» **Try it**: Give again only those lines from the start of the entries through the line holding "fillet1_edges = [part.edges().sort_by_distance(p)[0]", leaving them as they are.

[Saved data entries]
* * * * * * *

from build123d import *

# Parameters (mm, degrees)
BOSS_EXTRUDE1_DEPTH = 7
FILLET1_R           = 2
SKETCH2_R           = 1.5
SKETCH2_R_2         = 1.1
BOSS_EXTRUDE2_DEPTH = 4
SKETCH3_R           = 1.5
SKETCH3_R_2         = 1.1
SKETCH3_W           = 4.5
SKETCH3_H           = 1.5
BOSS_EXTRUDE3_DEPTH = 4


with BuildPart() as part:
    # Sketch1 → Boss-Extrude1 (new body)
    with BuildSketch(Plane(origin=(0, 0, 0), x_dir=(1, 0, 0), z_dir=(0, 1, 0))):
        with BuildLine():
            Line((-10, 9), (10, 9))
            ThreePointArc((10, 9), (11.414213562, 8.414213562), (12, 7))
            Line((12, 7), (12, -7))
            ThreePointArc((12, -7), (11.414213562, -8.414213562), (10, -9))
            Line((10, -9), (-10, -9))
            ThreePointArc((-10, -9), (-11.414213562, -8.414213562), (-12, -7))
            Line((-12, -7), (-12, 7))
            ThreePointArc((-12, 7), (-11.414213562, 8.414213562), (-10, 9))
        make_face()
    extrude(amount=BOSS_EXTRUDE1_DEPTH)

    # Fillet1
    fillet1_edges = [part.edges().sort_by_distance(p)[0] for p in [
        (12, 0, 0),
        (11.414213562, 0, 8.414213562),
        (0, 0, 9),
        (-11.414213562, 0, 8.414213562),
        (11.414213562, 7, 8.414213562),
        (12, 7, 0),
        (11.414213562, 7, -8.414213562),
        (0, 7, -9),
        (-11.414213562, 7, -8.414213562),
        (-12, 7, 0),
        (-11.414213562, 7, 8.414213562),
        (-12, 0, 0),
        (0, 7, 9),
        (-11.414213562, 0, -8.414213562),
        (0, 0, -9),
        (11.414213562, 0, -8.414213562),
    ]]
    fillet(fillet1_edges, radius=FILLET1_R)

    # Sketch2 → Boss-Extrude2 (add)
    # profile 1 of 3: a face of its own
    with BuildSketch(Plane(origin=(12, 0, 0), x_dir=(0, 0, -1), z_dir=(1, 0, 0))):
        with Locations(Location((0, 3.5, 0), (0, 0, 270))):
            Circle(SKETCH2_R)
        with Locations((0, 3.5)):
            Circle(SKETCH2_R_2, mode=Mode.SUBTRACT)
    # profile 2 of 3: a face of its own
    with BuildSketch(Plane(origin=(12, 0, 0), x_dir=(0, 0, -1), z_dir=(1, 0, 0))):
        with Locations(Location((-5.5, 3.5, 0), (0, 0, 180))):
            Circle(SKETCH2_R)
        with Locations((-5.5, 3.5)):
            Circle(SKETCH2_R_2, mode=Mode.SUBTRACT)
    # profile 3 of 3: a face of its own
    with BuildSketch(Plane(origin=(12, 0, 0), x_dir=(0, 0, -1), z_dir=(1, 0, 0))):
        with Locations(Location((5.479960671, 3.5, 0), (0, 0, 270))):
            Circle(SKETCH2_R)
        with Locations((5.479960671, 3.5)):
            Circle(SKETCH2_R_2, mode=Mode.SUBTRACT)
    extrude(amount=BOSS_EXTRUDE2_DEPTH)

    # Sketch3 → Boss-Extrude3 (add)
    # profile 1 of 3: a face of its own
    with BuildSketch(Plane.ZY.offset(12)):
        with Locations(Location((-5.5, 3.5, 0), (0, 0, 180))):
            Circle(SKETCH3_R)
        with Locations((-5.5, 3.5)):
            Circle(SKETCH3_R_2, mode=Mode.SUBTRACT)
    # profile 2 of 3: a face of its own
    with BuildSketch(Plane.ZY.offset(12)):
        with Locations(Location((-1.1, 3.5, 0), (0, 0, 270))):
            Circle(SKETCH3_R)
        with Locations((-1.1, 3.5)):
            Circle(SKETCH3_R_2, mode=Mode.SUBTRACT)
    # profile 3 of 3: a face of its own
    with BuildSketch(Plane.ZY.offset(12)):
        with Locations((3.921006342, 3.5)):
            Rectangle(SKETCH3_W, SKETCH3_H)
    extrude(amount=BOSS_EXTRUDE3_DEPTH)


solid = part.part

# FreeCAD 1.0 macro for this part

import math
import FreeCAD as App
import Part
import Sketcher


def edges_at(feature, points):
    """Names of the edges that pass closest to the given points."""
    edges = feature.Shape.Edges
    near = lambda p: min(range(len(edges)), key=lambda i: edges[i].distToShape(Part.Vertex(*p))[0])
    return sorted({f"Edge{near(p) + 1}" for p in points})


def add_polygon(sketch, points):
    """Adds a closed chain of lines whose ends are joined by coincident constraints."""
    first, n = sketch.GeometryCount, len(points)
    for a, b in zip(points, points[1:] + points[:1]):
        sketch.addGeometry(Part.LineSegment(App.Vector(*a, 0), App.Vector(*b, 0)), False)
    for i in range(n):
        sketch.addConstraint(Sketcher.Constraint("Coincident", first + i, 2, first + (i + 1) % n, 1))

doc = App.newDocument("Part")
body = doc.addObject("PartDesign::Body", "Body")

# Sketch on XZ plane
sketch1 = doc.addObject("Sketcher::SketchObject", "Sketch")
body.addObject(sketch1)
sketch1.AttachmentSupport = (doc.XZ_Plane, [""])
sketch1.MapMode = "FlatFace"
sketch1.addGeometry(Part.LineSegment(App.Vector(10, -9, 0), App.Vector(-10, -9, 0)), False)
sketch1.addGeometry(Part.ArcOfCircle(Part.Circle(App.Vector(-10, -7, 0), App.Vector(0, 0, 1), 2), math.radians(-180), math.radians(-90)), False)
sketch1.addGeometry(Part.LineSegment(App.Vector(-12, -7, 0), App.Vector(-12, 7, 0)), False)
sketch1.addGeometry(Part.ArcOfCircle(Part.Circle(App.Vector(-10, 7, 0), App.Vector(0, 0, 1), 2), math.radians(90), math.radians(180)), False)
sketch1.addGeometry(Part.LineSegment(App.Vector(-10, 9, 0), App.Vector(10, 9, 0)), False)
sketch1.addGeometry(Part.ArcOfCircle(Part.Circle(App.Vector(10, 7, 0), App.Vector(0, 0, 1), 2), math.radians(0), math.radians(90)), False)
sketch1.addGeometry(Part.LineSegment(App.Vector(12, 7, 0), App.Vector(12, -7, 0)), False)
sketch1.addGeometry(Part.ArcOfCircle(Part.Circle(App.Vector(10, -7, 0), App.Vector(0, 0, 1), 2), math.radians(-90), math.radians(0)), False)
sketch1.addConstraint(Sketcher.Constraint("Tangent", 0, 2, 1, 2))
sketch1.addConstraint(Sketcher.Constraint("Tangent", 1, 1, 2, 1))
sketch1.addConstraint(Sketcher.Constraint("Tangent", 2, 2, 3, 2))
sketch1.addConstraint(Sketcher.Constraint("Tangent", 3, 1, 4, 1))
sketch1.addConstraint(Sketcher.Constraint("Tangent", 4, 2, 5, 2))
sketch1.addConstraint(Sketcher.Constraint("Tangent", 5, 1, 6, 1))
sketch1.addConstraint(Sketcher.Constraint("Tangent", 6, 2, 7, 2))
sketch1.addConstraint(Sketcher.Constraint("Tangent", 7, 1, 0, 1))
sketch1.addConstraint(Sketcher.Constraint("Horizontal", 0))
sketch1.addConstraint(Sketcher.Constraint("Vertical", 2))
sketch1.addConstraint(Sketcher.Constraint("Horizontal", 4))
sketch1.addConstraint(Sketcher.Constraint("Vertical", 6))
sketch1.addConstraint(Sketcher.Constraint("Equal", 1, 3))
sketch1.addConstraint(Sketcher.Constraint("Equal", 3, 5))
sketch1.addConstraint(Sketcher.Constraint("Equal", 5, 7))
sketch1.addConstraint(Sketcher.Constraint("Symmetric", 1, 3, 5, 3, -1, 1))
sketch1.addConstraint(Sketcher.Constraint("Radius", 1, 2.0))
sketch1.addConstraint(Sketcher.Constraint("DistanceX", 0, 2, 0, 1, 20.0))
sketch1.addConstraint(Sketcher.Constraint("DistanceY", 2, 1, 2, 2, 14.0))
pad1 = doc.addObject("PartDesign::Pad", "Pad")
body.addObject(pad1)
pad1.Profile = sketch1
pad1.Length = 7
pad1.Reversed = True
doc.recompute()

fillet = doc.addObject("PartDesign::Fillet", "Fillet")
body.addObject(fillet)
fillet.Base = (pad1, edges_at(pad1, [
    (12, 0, 0),
    (11.414, 0, 8.414),
    (0, 0, 9),
    (-11.414, 0, 8.414),
    (11.414, 7, 8.414),
    (12, 7, 0),
    (11.414, 7, -8.414),
    (0, 7, -9),
    (-11.414, 7, -8.414),
    (-12, 7, 0),
    (-11.414, 7, 8.414),
    (-12, 0, 0),
    (0, 7, 9),
    (-11.414, 0, -8.414),
    (0, 0, -9),
    (11.414, 0, -8.414),
]))
fillet.Radius = 2

# Sketch on YZ plane
sketch2 = doc.addObject("Sketcher::SketchObject", "Sketch001")
body.addObject(sketch2)
sketch2.AttachmentSupport = (doc.YZ_Plane, [""])
sketch2.MapMode = "FlatFace"
sketch2.AttachmentOffset = App.Placement(App.Vector(0, 0, 12), App.Rotation())
sketch2.addGeometry(Part.Circle(App.Vector(3.5, 0, 0), App.Vector(0, 0, 1), 1.5), False)
sketch2.addGeometry(Part.Circle(App.Vector(3.5, 0, 0), App.Vector(0, 0, 1), 1.1), False)
sketch2.addGeometry(Part.Circle(App.Vector(3.5, 5.5, 0), App.Vector(0, 0, 1), 1.5), False)
sketch2.addGeometry(Part.Circle(App.Vector(3.5, 5.5, 0), App.Vector(0, 0, 1), 1.1), False)
sketch2.addGeometry(Part.Circle(App.Vector(3.5, -5.5, 0), App.Vector(0, 0, 1), 1.5), False)
sketch2.addGeometry(Part.Circle(App.Vector(3.5, -5.5, 0), App.Vector(0, 0, 1), 1.1), False)
sketch2.addConstraint(Sketcher.Constraint("Coincident", 1, 3, 0, 3))
sketch2.addConstraint(Sketcher.Constraint("Coincident", 3, 3, 2, 3))
sketch2.addConstraint(Sketcher.Constraint("Coincident", 5, 3, 4, 3))
sketch2.addConstraint(Sketcher.Constraint("Equal", 0, 2))
sketch2.addConstraint(Sketcher.Constraint("Equal", 1, 3))
sketch2.addConstraint(Sketcher.Constraint("Equal", 2, 4))
sketch2.addConstraint(Sketcher.Constraint("Equal", 3, 5))
sketch2.addConstraint(Sketcher.Constraint("PointOnObject", 0, 3, -1))
sketch2.addConstraint(Sketcher.Constraint("Vertical", 1, 3, 2, 3))
sketch2.addConstraint(Sketcher.Constraint("Vertical", 3, 3, 4, 3))
sketch2.addConstraint(Sketcher.Constraint("Diameter", 0, 3.0))
sketch2.addConstraint(Sketcher.Constraint("Diameter", 1, 2.2))
sketch2.addConstraint(Sketcher.Constraint("DistanceX", -1, 1, 0, 3, 3.5))
sketch2.addConstraint(Sketcher.Constraint("DistanceY", -1, 1, 2, 3, 5.5))
sketch2.addConstraint(Sketcher.Constraint("DistanceY", 4, 3, -1, 1, 5.479961))
pad2 = doc.addObject("PartDesign::Pad", "Pad001")
body.addObject(pad2)
pad2.Profile = sketch2
pad2.Length = 4

# Sketch on YZ plane
sketch3 = doc.addObject("Sketcher::SketchObject", "Sketch002")
body.addObject(sketch3)
sketch3.AttachmentSupport = (doc.YZ_Plane, [""])
sketch3.MapMode = "FlatFace"
sketch3.AttachmentOffset = App.Placement(App.Vector(0, 0, -12), App.Rotation())
sketch3.addGeometry(Part.Circle(App.Vector(3.5, -5.5, 0), App.Vector(0, 0, 1), 1.5), False)  # 0
sketch3.addGeometry(Part.Circle(App.Vector(3.5, -5.5, 0), App.Vector(0, 0, 1), 1.1), False)  # 1
sketch3.addGeometry(Part.Circle(App.Vector(3.5, -1.1, 0), App.Vector(0, 0, 1), 1.5), False)  # 2
sketch3.addGeometry(Part.Circle(App.Vector(3.5, -1.1, 0), App.Vector(0, 0, 1), 1.1), False)  # 3
add_polygon(sketch3, [(4.2, 1.7), (2.8, 1.7), (2.8, 6.2), (4.2, 6.2)])  # lines 4-7
sketch3.addConstraint(Sketcher.Constraint("Horizontal", 4))
sketch3.addConstraint(Sketcher.Constraint("Vertical", 5))
sketch3.addConstraint(Sketcher.Constraint("Horizontal", 6))
sketch3.addConstraint(Sketcher.Constraint("Vertical", 7))
sketch3.addConstraint(Sketcher.Constraint("Coincident", 1, 3, 0, 3))
sketch3.addConstraint(Sketcher.Constraint("Coincident", 3, 3, 2, 3))
sketch3.addConstraint(Sketcher.Constraint("Equal", 0, 2))
sketch3.addConstraint(Sketcher.Constraint("Equal", 1, 3))
sketch3.addConstraint(Sketcher.Constraint("Vertical", 1, 3, 2, 3))
sketch3.addConstraint(Sketcher.Constraint("Diameter", 0, 3.0))
sketch3.addConstraint(Sketcher.Constraint("Diameter", 1, 2.2))
sketch3.addConstraint(Sketcher.Constraint("DistanceX", 4, 2, 4, 1, 1.5))
sketch3.addConstraint(Sketcher.Constraint("DistanceY", 5, 1, 5, 2, 4.5))
sketch3.addConstraint(Sketcher.Constraint("DistanceX", -1, 1, 0, 3, 3.5))
sketch3.addConstraint(Sketcher.Constraint("DistanceY", 0, 3, -1, 1, 5.5))
sketch3.addConstraint(Sketcher.Constraint("DistanceY", 2, 3, -1, 1, 1.1))
sketch3.addConstraint(Sketcher.Constraint("DistanceX", -1, 1, 4, 2, 2.75))
sketch3.addConstraint(Sketcher.Constraint("DistanceY", -1, 1, 4, 2, 1.671006))
pad3 = doc.addObject("PartDesign::Pad", "Pad002")
body.addObject(pad3)
pad3.Profile = sketch3
pad3.Length = 4
pad3.Reversed = True

doc.recompute()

* * * * * * *

» **Response**:
from build123d import *

# Parameters (mm, degrees)
BOSS_EXTRUDE1_DEPTH = 7
FILLET1_R           = 2
SKETCH2_R           = 1.5
SKETCH2_R_2         = 1.1
BOSS_EXTRUDE2_DEPTH = 4
SKETCH3_R           = 1.5
SKETCH3_R_2         = 1.1
SKETCH3_W           = 4.5
SKETCH3_H           = 1.5
BOSS_EXTRUDE3_DEPTH = 4


with BuildPart() as part:
    # Sketch1 → Boss-Extrude1 (new body)
    with BuildSketch(Plane(origin=(0, 0, 0), x_dir=(1, 0, 0), z_dir=(0, 1, 0))):
        with BuildLine():
            Line((-10, 9), (10, 9))
            ThreePointArc((10, 9), (11.414213562, 8.414213562), (12, 7))
            Line((12, 7), (12, -7))
            ThreePointArc((12, -7), (11.414213562, -8.414213562), (10, -9))
            Line((10, -9), (-10, -9))
            ThreePointArc((-10, -9), (-11.414213562, -8.414213562), (-12, -7))
            Line((-12, -7), (-12, 7))
            ThreePointArc((-12, 7), (-11.414213562, 8.414213562), (-10, 9))
        make_face()
    extrude(amount=BOSS_EXTRUDE1_DEPTH)

    # Fillet1
    fillet1_edges = [part.edges().sort_by_distance(p)[0] for p in [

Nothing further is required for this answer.